Calculating the integral $\int_0^{\infty}{\frac{\ln x}{1+x^n}}$ using complex analysis

I need to calculate $\int_0^{\infty}{\frac{\ln x}{1+x^n}}$ $,n\geq2$ using complex analysis. I probably need to use the Residue Theorem.

I use the function $f(z)={\frac{\ln z}{1+z^n}}$ in the normal branch.

I've tried to use this contour.

enter image description here

Where $\theta$ is an angle so that only $z_{0}$ will be in the domain (I hope this is clear from the drawing)

I estimated $|\int_{\Gamma_{R}}|$ and $|\int_{\Gamma_{\epsilon}}|$ and showed that they must tend to $0$ when $\epsilon \rightarrow0$ and $R \rightarrow\infty$. (Is it true?)

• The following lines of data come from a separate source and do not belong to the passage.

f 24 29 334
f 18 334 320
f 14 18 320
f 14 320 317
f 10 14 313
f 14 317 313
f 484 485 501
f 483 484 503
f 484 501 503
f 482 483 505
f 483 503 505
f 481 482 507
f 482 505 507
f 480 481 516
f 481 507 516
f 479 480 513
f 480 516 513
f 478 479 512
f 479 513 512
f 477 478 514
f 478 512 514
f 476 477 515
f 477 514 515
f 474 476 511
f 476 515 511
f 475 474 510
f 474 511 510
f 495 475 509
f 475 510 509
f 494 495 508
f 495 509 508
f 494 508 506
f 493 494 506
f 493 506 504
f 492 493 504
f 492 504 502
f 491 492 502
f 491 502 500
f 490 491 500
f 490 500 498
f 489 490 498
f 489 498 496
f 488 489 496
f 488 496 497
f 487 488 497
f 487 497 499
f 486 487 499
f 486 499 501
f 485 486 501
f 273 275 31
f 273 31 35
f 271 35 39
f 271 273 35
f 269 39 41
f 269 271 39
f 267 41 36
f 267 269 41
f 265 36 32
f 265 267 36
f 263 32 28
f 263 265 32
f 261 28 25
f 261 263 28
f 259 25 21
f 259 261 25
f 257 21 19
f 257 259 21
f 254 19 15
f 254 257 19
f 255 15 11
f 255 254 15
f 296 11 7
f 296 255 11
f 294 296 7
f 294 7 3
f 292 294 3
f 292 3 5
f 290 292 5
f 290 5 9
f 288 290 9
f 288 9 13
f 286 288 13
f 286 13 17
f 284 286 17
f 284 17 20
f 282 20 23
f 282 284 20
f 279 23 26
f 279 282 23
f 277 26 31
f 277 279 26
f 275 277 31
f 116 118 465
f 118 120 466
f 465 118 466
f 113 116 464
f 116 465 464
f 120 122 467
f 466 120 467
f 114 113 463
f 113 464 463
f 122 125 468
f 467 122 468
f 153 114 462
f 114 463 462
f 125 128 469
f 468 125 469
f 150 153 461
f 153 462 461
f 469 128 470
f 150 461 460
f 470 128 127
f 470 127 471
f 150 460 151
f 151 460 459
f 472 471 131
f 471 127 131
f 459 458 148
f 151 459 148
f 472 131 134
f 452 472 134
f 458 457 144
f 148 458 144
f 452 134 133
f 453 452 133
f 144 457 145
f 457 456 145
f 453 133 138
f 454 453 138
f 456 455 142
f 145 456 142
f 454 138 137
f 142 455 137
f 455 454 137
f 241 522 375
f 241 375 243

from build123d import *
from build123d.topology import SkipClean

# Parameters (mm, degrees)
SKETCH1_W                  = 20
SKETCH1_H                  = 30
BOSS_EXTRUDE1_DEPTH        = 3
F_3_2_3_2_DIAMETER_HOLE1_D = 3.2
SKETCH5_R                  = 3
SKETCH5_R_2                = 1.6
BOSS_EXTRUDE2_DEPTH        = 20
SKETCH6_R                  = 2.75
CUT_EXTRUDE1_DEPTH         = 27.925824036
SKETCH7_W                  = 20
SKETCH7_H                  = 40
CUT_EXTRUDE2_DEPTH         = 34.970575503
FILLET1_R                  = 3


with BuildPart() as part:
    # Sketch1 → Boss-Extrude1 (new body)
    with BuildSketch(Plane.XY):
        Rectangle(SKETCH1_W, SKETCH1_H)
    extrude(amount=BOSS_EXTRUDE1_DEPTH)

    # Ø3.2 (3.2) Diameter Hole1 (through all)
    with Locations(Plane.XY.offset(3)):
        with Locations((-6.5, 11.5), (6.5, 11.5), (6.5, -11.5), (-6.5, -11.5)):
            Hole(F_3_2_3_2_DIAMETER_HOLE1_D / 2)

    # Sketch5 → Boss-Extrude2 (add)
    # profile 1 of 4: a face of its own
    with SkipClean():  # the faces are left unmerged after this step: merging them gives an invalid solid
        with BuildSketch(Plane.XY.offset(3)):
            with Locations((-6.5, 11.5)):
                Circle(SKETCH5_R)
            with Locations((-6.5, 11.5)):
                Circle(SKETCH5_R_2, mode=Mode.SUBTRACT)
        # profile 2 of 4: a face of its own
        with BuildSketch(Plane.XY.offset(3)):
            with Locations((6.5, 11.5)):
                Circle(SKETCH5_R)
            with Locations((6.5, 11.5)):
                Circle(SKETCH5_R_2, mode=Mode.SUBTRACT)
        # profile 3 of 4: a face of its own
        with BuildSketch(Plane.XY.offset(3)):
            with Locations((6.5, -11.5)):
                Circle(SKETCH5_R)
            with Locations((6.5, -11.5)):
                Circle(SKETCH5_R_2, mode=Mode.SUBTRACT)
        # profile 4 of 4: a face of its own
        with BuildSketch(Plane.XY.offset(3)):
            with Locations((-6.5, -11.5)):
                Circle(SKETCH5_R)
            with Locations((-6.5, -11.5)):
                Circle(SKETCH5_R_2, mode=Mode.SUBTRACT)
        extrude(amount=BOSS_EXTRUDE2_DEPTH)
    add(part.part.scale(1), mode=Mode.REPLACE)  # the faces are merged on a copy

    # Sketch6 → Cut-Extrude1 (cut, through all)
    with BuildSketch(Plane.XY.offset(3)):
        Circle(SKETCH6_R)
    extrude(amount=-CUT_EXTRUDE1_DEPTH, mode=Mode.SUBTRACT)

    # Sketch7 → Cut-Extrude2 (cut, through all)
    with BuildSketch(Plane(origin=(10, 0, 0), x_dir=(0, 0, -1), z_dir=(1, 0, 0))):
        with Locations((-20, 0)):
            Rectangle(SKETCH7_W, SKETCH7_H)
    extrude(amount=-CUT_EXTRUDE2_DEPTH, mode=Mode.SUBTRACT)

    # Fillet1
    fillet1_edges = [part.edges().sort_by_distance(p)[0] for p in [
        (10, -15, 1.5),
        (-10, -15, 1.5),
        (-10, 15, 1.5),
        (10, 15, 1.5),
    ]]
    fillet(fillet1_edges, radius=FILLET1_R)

However I'm having trouble calculating $\int_{\Gamma_{2}}$ . Does it have something to do with choosing the "right" $\theta$?

Any ideas?

Thanks!

UPDATE

After Christopher's comment I chose $\theta=\frac{2\pi}{n}$ which gives, after the paramatrization $\Gamma (t) = te^{\frac{2\pi i}{n}}$, $t\in(\epsilon,R)$:

$$\int_{\Gamma_{2}}{\frac{\ln z}{1+z^n}dz} = \int_{\epsilon}^{R}{\frac{\ln (te^\frac{2\pi i}{n})}{1+t^n}e^\frac{2\pi i}{n}dt} = e^\frac{2\pi i}{n}\int_{\epsilon}^{R}{\frac{\ln t}{1+t^n}dt} + ie^\frac{2\pi i}{n}\int_{\epsilon}^{R}{\frac{\frac{2\pi}{n}}{1+t^n}dt} =$$ $$ = e^\frac{2\pi i}{n}\int_{0}^{\infty}{\frac{\ln t}{1+t^n}dt} + ie^\frac{2\pi i}{n}\int_{0}^{\infty}{\frac{\frac{2\pi}{n}}{1+t^n}dt} $$

But I have no idea how to deal with the second integral.


Solution 1:

Using the contour in the question:

$\hspace{4cm}$enter image description here

contour integration gives $$ \begin{align} &2\pi i\,\mathrm{Res}\left(\frac{\log(z)}{1+z^n},z=e^{i\pi/n}\right)\\ &=\frac{2\pi^2e^{i\pi/n}}{n^2}\\ &=\color{#00A000}{\lim_{R\to\infty}\int_0^R\frac{\log(x)}{1+x^n}\,\mathrm{d}x} \color{#C00000}{+\int_0^{2\pi/n}\frac{\log(R)+ix}{1+R^ne^{inx}}iRe^{ix}\mathrm{d}x} \color{#0000FF}{-e^{i2\pi/n}\int_0^R\frac{\log(x)+i2\pi/n}{1+x^n}\,\mathrm{d}x}\\ &=\left(1-e^{i2\pi/n}\right)\int_0^\infty\frac{\log(x)}{1+x^n}\,\mathrm{d}x -e^{i2\pi/n}\int_0^\infty\frac{i2\pi/n}{1+x^n}\,\mathrm{d}x\tag{1} \end{align} $$ where the green integral is the outgoing line, the red integral is the circular arc, and the blue integral is the returning line. For $n>1$, the integral in red vanishes as $R\to\infty$.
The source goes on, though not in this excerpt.